Can you try placing your onupdatefound event on the registration returned from service worker .register()?

Or can you point me at what synchronizes these two events in the spec such that activation will always occur prior to starting the installation of the new service worker script?

I'll look more tomorrow as well.
Flags: needinfo?(bdahl)
To clarify, though, the service worker is updating on refresh in current nightly.  Your just missing the onupdatefound event.
Some other information for what I saw:

* Refreshing your online site I did see the "new ServiceWorker installed" text maybe 20% of the time.
* When I copied the site locally and used a node.js script to generate the sw.js timestamps I saw the "new ServiceWorker installed" text 100% of the time.

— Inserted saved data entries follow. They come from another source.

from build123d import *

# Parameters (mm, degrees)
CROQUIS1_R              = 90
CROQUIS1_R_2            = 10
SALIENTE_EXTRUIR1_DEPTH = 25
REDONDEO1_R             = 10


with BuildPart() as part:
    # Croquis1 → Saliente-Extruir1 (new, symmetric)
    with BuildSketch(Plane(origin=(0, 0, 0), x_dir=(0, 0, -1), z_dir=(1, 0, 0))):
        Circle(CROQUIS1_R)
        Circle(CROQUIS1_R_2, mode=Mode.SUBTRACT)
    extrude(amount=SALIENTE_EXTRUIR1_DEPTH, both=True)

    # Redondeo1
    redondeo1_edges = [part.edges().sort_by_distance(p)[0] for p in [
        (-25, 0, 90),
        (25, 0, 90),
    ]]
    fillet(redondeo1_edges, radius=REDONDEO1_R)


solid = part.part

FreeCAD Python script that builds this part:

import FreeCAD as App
import Part
import Sketcher

V = App.Vector
Q = App.Units.Quantity


def edges_at(feature, points):
    """Names of the edges that pass closest to the given points."""
    edges = feature.Shape.Edges
    near = lambda p: min(range(len(edges)), key=lambda i: edges[i].distToShape(Part.Vertex(*p))[0])
    return sorted({f"Edge{near(p) + 1}" for p in points})

doc = App.newDocument("Part")
body = doc.addObject("PartDesign::Body", "Body")

# Sketch on YZ plane
sketch1 = body.newObject("Sketcher::SketchObject", "Sketch")
sketch1.AttachmentSupport = (doc.getObject("YZ_Plane"), [""])
sketch1.MapMode = "FlatFace"
sketch1.addGeometry([
    Part.Circle(V(0, 0, 0), V(0, 0, 1), 90),
    Part.Circle(V(0, 0, 0), V(0, 0, 1), 10),
], False)
sketch1.addConstraint([
    Sketcher.Constraint("Coincident", 0, 3, -1, 1),
    Sketcher.Constraint("Coincident", 1, 3, -1, 1),
    Sketcher.Constraint("Diameter", 0, Q("180 mm")),
    Sketcher.Constraint("Diameter", 1, Q("20 mm")),
])
pad1 = body.newObject("PartDesign::Pad", "Pad")
pad1.Profile = sketch1
pad1.Length = 50
pad1.Midplane = True
doc.recompute()

fillet = body.newObject("PartDesign::Fillet", "Fillet")
fillet.Base = (pad1, edges_at(pad1, [(-25, 0, 90), (25, 0, 90)]))
fillet.Radius = 10

doc.recompute()
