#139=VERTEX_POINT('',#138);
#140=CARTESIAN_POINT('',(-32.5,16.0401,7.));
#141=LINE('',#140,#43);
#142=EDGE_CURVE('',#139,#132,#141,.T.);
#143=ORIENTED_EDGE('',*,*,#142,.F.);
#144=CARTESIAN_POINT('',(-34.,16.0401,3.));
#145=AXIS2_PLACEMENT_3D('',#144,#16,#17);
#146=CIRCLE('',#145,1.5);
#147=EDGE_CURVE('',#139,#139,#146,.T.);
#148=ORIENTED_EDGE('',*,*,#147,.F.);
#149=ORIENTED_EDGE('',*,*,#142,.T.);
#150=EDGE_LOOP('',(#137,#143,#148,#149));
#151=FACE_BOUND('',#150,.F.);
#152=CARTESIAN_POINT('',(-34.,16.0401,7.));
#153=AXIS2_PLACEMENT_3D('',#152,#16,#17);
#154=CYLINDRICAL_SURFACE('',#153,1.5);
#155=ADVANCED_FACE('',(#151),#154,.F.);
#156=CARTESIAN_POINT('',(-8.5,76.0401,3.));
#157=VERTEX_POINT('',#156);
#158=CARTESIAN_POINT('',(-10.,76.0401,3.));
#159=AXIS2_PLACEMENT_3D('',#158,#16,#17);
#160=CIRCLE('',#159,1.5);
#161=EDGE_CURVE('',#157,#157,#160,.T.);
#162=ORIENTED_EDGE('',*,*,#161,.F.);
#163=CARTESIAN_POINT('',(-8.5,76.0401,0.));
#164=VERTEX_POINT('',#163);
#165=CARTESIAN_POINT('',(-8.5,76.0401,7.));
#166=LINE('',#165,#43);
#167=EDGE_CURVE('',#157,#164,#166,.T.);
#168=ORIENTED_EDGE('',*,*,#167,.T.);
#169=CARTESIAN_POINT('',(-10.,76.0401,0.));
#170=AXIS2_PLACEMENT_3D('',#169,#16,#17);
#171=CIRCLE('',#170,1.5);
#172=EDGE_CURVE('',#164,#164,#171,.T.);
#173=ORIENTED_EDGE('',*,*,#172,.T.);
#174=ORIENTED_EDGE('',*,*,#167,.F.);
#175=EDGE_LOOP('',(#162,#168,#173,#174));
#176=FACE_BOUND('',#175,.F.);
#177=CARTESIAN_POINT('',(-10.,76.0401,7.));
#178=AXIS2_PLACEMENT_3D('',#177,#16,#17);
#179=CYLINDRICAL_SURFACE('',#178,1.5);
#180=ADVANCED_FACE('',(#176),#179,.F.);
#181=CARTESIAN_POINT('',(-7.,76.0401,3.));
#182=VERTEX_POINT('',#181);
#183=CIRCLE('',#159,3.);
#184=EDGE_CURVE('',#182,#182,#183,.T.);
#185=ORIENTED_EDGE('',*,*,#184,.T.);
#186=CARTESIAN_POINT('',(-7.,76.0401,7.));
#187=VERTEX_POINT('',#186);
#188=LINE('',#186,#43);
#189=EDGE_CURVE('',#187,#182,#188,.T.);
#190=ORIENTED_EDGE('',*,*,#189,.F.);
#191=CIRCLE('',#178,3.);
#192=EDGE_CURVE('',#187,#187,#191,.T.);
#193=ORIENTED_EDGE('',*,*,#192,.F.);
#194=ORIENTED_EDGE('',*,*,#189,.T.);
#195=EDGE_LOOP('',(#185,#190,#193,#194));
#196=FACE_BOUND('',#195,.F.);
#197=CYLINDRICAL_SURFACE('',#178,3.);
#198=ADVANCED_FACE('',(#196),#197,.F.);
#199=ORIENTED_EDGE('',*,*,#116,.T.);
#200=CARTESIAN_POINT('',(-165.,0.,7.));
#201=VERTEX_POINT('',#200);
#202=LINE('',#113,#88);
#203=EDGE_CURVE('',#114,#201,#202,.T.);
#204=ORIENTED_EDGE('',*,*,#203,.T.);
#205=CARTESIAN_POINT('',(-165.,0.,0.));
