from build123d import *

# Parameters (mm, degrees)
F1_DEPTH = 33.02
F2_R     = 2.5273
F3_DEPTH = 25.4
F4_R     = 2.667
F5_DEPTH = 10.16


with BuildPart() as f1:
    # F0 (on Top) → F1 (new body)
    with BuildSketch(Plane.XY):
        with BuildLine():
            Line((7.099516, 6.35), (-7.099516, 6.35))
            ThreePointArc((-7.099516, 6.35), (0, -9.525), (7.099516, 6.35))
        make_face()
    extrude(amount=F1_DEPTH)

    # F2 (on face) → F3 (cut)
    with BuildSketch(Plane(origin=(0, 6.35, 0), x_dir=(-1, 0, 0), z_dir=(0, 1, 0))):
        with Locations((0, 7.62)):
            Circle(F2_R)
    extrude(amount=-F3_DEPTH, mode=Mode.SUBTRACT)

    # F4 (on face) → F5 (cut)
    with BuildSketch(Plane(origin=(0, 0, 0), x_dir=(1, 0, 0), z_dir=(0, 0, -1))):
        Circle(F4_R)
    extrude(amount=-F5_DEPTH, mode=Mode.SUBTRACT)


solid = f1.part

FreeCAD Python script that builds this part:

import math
import FreeCAD as App
import Part
import Sketcher
from FreeCAD import Vector
Q = App.Units.Quantity

doc = App.newDocument("Part")
body = doc.addObject("PartDesign::Body", "Body")

# Sketch on XY plane
sketch1 = doc.addObject("Sketcher::SketchObject", "Sketch")
body.addObject(sketch1)
sketch1.AttachmentSupport = (doc.XY_Plane, [""])
sketch1.MapMode = "FlatFace"
sketch1.addGeometry([
    Part.LineSegment(Vector(7.099516, 6.35, 0), Vector(-7.099516, 6.35, 0)),
    Part.ArcOfCircle(Part.Circle(Vector(0, 0, 0), Vector(0, 0, 1), 9.525), math.radians(138.189686), math.radians(401.810314)),
], False)
sketch1.addConstraint([
    Sketcher.Constraint("Coincident", 0, 1, 1, 2),
    Sketcher.Constraint("Coincident", 1, 1, 0, 2),
    Sketcher.Constraint("Horizontal", 0),
    Sketcher.Constraint("Coincident", 1, 3, -1, 1),
    Sketcher.Constraint("Radius", 1, Q("0.375 in")),
    Sketcher.Constraint("DistanceY", -1, 1, 0, 1, Q("0.25 in")),
])
pad1 = doc.addObject("PartDesign::Pad", "Pad")
body.addObject(pad1)
pad1.Profile = sketch1
pad1.Length = Q("1.3 in")

# Sketch on XZ plane
sketch2 = doc.addObject("Sketcher::SketchObject", "Sketch001")
body.addObject(sketch2)
sketch2.AttachmentSupport = (doc.XZ_Plane, [""])
sketch2.MapMode = "FlatFace"
sketch2.AttachmentOffset = App.Placement(Vector(0, 0, -0.25 * 25.4), App.Rotation())
sketch2.addGeometry(Part.Circle(Vector(0, 7.62, 0), Vector(0, 0, 1), 2.5273), False)
sketch2.addConstraint([
    Sketcher.Constraint("PointOnObject", 0, 3, -2),
    Sketcher.Constraint("Diameter", 0, Q("0.199 in")),
    Sketcher.Constraint("DistanceY", -1, 1, 0, 3, Q("0.3 in")),
])
pocket1 = doc.addObject("PartDesign::Pocket", "Pocket")
body.addObject(pocket1)
pocket1.Profile = sketch2
pocket1.Length = Q("1 in")
pocket1.Reversed = True

# Sketch on XY plane
sketch3 = doc.addObject("Sketcher::SketchObject", "Sketch002")
body.addObject(sketch3)
sketch3.AttachmentSupport = (doc.XY_Plane, [""])
sketch3.MapMode = "FlatFace"
sketch3.addGeometry(Part.Circle(Vector(0, 0, 0), Vector(0, 0, 1), 2.667), False)
sketch3.addConstraint([
    Sketcher.Constraint("Coincident", 0, 3, -1, 1),
    Sketcher.Constraint("Diameter", 0, Q("0.21 in")),
])
pocket2 = doc.addObject("PartDesign::Pocket", "Pocket001")
body.addObject(pocket2)
pocket2.Profile = sketch3
pocket2.Length = Q("0.4 in")
pocket2.Reversed = True

doc.recompute()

I think this behavior also suggests a race between the ready promise and the onupdatefound.
Actually, this is spec'd.

The spec says:

1) Handle the fetch for the navigation
2) If the active worker is still in activating, wait until activated
3) fire fetch event
4) do update

The ready promise fires when the worker becomes activated in (2).  The onupdatefound is triggered in (4).

In gecko, however, we don't currently wait for the active worker to go to activated.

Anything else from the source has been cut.